__MATERIAL PROVIDED__:

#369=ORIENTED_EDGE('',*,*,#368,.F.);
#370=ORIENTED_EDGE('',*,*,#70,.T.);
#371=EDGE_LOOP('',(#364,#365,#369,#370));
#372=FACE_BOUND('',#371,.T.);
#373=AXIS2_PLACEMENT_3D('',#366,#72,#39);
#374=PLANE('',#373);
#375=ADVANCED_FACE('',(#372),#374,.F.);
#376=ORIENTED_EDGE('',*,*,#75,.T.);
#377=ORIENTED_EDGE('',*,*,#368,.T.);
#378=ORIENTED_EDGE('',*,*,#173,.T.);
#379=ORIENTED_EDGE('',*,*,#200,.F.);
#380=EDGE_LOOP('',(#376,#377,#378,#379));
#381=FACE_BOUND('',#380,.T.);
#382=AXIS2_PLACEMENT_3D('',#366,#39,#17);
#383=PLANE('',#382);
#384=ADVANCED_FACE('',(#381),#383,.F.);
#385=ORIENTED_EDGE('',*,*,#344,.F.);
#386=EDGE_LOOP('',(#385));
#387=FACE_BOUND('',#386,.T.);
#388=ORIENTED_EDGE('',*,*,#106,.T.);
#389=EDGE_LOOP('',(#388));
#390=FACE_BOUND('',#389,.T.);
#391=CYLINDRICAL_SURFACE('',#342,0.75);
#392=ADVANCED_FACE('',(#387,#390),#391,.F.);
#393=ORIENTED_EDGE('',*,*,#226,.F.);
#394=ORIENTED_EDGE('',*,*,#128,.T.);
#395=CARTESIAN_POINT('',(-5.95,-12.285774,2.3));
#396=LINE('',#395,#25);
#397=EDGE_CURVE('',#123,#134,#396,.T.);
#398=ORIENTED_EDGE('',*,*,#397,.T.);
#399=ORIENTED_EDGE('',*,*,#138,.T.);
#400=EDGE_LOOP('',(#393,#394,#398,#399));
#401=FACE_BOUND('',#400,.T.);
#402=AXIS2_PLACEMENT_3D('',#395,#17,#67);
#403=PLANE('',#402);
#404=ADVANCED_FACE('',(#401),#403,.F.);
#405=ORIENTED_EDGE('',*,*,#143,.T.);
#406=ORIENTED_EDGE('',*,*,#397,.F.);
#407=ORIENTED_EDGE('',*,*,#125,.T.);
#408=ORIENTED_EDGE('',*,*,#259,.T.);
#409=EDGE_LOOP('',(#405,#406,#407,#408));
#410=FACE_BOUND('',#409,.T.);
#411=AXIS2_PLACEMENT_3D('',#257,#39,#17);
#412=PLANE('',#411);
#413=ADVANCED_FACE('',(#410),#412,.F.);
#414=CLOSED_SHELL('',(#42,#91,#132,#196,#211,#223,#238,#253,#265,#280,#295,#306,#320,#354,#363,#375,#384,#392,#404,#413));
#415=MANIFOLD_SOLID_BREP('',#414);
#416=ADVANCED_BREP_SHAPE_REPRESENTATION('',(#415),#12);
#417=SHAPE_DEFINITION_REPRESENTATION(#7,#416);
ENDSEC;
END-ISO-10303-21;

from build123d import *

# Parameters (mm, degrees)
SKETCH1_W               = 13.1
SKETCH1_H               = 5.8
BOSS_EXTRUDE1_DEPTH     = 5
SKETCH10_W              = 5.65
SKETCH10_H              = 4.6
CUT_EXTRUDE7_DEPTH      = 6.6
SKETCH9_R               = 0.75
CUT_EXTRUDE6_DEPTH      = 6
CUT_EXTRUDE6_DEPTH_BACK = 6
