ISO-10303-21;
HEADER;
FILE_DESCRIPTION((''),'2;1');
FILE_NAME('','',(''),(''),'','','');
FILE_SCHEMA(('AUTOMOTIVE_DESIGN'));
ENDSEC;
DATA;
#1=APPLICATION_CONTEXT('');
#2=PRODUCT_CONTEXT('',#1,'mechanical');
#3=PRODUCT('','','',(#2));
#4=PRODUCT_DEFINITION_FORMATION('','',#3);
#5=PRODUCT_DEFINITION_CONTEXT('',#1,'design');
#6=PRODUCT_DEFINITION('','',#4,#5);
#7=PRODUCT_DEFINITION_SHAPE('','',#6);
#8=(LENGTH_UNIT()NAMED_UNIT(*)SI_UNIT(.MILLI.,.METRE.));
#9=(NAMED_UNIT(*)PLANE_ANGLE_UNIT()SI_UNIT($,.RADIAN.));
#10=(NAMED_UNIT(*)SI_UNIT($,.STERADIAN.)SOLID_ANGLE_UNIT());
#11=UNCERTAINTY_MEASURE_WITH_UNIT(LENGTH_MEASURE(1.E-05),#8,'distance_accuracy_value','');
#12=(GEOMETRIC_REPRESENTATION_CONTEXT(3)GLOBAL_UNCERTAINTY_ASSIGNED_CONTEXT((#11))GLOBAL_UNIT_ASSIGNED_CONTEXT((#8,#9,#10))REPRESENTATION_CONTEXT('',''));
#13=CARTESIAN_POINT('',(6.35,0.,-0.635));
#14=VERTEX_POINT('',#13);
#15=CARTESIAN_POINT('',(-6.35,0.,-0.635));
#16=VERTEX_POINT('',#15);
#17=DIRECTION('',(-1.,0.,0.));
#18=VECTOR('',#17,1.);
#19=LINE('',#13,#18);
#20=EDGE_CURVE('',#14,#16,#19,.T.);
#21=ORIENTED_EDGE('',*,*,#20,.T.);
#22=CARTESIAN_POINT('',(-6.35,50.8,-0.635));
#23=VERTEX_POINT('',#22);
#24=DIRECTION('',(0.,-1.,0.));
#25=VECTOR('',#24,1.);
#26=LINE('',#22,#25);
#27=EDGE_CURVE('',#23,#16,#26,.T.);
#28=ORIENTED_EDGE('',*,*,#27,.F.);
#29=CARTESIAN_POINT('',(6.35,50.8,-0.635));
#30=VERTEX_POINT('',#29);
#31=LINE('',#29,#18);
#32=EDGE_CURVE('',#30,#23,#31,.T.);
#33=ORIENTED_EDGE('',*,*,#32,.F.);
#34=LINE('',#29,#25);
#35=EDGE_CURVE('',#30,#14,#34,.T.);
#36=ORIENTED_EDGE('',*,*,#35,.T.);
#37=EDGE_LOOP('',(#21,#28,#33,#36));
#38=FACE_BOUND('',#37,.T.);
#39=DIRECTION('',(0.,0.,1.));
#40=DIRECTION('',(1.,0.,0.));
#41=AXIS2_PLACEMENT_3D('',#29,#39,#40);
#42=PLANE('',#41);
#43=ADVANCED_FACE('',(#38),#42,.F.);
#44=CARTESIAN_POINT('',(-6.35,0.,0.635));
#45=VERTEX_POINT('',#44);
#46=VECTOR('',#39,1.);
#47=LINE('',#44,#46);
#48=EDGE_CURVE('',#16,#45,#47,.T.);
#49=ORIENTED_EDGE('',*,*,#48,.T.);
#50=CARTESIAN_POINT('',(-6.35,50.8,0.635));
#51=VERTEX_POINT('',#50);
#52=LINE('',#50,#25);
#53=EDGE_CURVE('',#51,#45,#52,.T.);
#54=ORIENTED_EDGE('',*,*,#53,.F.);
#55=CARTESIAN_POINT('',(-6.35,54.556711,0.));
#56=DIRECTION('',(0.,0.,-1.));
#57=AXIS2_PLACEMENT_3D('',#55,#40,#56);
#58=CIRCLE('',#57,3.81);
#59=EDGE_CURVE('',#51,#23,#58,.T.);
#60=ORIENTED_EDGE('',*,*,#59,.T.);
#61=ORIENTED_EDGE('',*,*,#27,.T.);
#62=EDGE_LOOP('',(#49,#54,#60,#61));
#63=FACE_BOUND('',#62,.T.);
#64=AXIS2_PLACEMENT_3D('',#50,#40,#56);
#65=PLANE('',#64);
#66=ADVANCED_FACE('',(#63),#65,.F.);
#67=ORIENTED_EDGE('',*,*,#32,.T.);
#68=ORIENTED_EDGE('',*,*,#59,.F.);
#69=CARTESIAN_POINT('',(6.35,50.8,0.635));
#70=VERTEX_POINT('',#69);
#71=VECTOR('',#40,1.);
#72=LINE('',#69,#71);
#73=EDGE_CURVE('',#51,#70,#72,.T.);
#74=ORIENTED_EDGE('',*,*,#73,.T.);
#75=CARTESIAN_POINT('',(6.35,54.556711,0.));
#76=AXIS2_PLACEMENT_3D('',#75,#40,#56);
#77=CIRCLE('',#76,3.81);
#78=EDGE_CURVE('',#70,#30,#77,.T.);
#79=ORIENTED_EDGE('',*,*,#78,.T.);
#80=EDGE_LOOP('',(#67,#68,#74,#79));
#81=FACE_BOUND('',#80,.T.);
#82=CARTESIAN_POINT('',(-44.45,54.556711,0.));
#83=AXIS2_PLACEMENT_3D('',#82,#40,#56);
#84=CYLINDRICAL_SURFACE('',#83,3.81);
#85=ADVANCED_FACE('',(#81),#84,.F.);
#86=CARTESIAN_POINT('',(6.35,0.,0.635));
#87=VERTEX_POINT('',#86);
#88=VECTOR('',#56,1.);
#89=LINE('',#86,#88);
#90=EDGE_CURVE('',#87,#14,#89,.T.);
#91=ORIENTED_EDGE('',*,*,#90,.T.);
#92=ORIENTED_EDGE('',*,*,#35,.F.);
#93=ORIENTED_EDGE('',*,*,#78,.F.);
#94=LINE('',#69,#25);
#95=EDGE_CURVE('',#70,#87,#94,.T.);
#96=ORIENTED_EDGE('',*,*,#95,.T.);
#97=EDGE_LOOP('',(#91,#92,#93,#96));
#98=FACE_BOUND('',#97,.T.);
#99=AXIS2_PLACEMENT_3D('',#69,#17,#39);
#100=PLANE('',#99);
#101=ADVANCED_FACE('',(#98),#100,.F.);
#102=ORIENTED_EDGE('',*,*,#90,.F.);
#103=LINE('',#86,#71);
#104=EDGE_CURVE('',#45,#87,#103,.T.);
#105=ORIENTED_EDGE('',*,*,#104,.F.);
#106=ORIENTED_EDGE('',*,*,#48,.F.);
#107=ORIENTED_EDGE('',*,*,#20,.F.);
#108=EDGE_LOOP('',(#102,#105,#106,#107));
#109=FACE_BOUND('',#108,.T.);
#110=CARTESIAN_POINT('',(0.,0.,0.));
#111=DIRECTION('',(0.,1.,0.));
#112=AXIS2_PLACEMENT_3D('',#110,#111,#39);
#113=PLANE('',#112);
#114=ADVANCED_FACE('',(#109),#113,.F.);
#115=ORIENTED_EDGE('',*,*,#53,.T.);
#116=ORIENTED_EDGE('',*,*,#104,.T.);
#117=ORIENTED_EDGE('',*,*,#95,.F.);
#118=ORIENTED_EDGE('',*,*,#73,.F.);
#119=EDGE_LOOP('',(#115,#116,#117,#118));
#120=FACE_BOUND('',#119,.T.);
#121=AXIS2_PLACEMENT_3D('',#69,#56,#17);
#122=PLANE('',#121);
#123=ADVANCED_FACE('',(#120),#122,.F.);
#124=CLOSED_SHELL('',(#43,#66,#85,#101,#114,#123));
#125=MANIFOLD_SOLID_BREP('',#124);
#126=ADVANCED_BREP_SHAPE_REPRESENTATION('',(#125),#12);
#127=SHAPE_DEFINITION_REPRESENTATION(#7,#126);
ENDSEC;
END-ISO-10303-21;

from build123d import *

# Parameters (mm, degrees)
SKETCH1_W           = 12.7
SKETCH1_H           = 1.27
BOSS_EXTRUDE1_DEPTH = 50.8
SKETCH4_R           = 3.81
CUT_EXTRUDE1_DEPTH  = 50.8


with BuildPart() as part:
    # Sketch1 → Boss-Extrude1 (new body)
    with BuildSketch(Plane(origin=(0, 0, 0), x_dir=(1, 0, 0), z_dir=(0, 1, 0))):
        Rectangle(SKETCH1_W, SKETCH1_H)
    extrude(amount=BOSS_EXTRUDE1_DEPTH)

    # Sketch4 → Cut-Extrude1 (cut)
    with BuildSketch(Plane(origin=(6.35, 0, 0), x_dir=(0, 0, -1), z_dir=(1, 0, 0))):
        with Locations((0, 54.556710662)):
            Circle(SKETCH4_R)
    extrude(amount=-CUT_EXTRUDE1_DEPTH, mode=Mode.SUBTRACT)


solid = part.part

__ACTIVITY__:
Only the lines above from the line with "#370=ORIENTED_EDGE('',*,*,#70,.T.);" to the line with "#404=ADVANCED_FACE('',(#401),#403,.F.);", those two lines included, should be reproduced exactly.

__EXPECTED ANSWER__:
#370=ORIENTED_EDGE('',*,*,#70,.T.);
#371=EDGE_LOOP('',(#364,#365,#369,#370));
#372=FACE_BOUND('',#371,.T.);
#373=AXIS2_PLACEMENT_3D('',#366,#72,#39);
#374=PLANE('',#373);
#375=ADVANCED_FACE('',(#372),#374,.F.);
#376=ORIENTED_EDGE('',*,*,#75,.T.);
#377=ORIENTED_EDGE('',*,*,#368,.T.);
#378=ORIENTED_EDGE('',*,*,#173,.T.);
#379=ORIENTED_EDGE('',*,*,#200,.F.);
#380=EDGE_LOOP('',(#376,#377,#378,#379));
#381=FACE_BOUND('',#380,.T.);
#382=AXIS2_PLACEMENT_3D('',#366,#39,#17);
#383=PLANE('',#382);
#384=ADVANCED_FACE('',(#381),#383,.F.);
#385=ORIENTED_EDGE('',*,*,#344,.F.);
#386=EDGE_LOOP('',(#385));
#387=FACE_BOUND('',#386,.T.);
#388=ORIENTED_EDGE('',*,*,#106,.T.);
#389=EDGE_LOOP('',(#388));
#390=FACE_BOUND('',#389,.T.);
#391=CYLINDRICAL_SURFACE('',#342,0.75);
#392=ADVANCED_FACE('',(#387,#390),#391,.F.);
#393=ORIENTED_EDGE('',*,*,#226,.F.);
#394=ORIENTED_EDGE('',*,*,#128,.T.);
#395=CARTESIAN_POINT('',(-5.95,-12.285774,2.3));
#396=LINE('',#395,#25);
#397=EDGE_CURVE('',#123,#134,#396,.T.);
#398=ORIENTED_EDGE('',*,*,#397,.T.);
#399=ORIENTED_EDGE('',*,*,#138,.T.);
#400=EDGE_LOOP('',(#393,#394,#398,#399));
#401=FACE_BOUND('',#400,.T.);
#402=AXIS2_PLACEMENT_3D('',#395,#17,#67);
#403=PLANE('',#402);
#404=ADVANCED_FACE('',(#401),#403,.F.);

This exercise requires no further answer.